## Saved entries
=== Begin Enclosure ===

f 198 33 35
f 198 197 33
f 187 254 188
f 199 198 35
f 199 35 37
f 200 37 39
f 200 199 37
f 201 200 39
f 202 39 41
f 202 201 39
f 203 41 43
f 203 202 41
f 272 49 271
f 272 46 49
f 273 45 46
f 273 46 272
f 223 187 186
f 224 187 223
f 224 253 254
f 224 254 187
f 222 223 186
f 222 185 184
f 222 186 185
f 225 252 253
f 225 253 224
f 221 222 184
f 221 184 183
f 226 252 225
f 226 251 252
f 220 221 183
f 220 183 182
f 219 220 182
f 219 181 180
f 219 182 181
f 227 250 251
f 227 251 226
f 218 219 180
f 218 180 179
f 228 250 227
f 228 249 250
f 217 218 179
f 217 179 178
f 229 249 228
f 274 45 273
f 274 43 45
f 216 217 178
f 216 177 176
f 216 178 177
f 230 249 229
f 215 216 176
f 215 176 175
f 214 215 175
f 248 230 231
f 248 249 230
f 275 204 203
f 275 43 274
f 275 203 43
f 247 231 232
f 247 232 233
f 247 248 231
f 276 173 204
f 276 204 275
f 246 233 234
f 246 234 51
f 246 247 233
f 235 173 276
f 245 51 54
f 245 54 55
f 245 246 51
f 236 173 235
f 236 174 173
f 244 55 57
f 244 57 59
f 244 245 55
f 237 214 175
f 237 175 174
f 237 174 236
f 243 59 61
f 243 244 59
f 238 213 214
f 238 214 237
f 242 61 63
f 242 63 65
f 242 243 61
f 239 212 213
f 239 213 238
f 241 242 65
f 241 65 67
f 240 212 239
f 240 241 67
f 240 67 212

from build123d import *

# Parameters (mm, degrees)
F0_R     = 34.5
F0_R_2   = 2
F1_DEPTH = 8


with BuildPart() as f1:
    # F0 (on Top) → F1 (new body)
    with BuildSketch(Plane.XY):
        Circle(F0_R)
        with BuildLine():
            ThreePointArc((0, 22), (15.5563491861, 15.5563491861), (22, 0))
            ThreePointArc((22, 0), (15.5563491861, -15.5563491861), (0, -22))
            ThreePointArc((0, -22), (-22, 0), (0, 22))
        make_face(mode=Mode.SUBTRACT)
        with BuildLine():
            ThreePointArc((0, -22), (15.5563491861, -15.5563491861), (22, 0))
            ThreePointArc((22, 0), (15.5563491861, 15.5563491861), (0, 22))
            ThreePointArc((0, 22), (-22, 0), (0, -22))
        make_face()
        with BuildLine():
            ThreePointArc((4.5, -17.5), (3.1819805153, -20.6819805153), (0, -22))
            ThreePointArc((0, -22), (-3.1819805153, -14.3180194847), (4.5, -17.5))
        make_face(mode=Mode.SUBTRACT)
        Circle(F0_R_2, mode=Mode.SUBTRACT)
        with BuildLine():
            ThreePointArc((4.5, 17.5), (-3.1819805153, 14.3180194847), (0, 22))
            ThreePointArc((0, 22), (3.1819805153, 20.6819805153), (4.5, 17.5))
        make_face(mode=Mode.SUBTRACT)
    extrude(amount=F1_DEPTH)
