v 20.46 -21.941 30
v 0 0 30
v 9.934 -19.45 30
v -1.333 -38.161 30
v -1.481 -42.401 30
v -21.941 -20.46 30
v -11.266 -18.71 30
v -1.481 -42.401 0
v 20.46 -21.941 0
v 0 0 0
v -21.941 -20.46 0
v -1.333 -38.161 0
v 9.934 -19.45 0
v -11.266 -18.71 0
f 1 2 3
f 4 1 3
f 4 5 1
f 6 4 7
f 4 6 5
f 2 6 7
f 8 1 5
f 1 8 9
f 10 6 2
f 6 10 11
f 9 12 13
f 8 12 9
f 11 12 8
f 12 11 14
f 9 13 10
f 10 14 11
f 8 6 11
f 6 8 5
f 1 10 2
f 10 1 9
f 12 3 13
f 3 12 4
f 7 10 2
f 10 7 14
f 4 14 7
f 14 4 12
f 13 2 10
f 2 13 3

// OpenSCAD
rotate([0,0,178])
rotate([0,-90,0]){
    difference(){
        rotate([-45,0,0]) {
            cube([30, 30, 30]);
        }
        scale([1,0.9,0.5]) {
            rotate([-45,0,0]) {
                cube([30, 30, 30]);
            }
        }
    }
}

=== End Enclosure ===

## Task to carry out
Begin with the line containing "v -1.333 -38.161 30" and repeat each line exactly until the records above end.

## Completed task
v -1.333 -38.161 30
v -1.481 -42.401 30
v -21.941 -20.46 30
v -11.266 -18.71 30
v -1.481 -42.401 0
v 20.46 -21.941 0
v 0 0 0
v -21.941 -20.46 0
v -1.333 -38.161 0
v 9.934 -19.45 0
v -11.266 -18.71 0
f 1 2 3
f 4 1 3
f 4 5 1
f 6 4 7
f 4 6 5
f 2 6 7
f 8 1 5
f 1 8 9
f 10 6 2
f 6 10 11
f 9 12 13
f 8 12 9
f 11 12 8
f 12 11 14
f 9 13 10
f 10 14 11
f 8 6 11
f 6 8 5
f 1 10 2
f 10 1 9
f 12 3 13
f 3 12 4
f 7 10 2
f 10 7 14
f 4 14 7
f 14 4 12
f 13 2 10
f 2 13 3

// OpenSCAD
rotate([0,0,178])
rotate([0,-90,0]){
    difference(){
        rotate([-45,0,0]) {
            cube([30, 30, 30]);
        }
        scale([1,0.9,0.5]) {
            rotate([-45,0,0]) {
                cube([30, 30, 30]);
            }
        }
    }
}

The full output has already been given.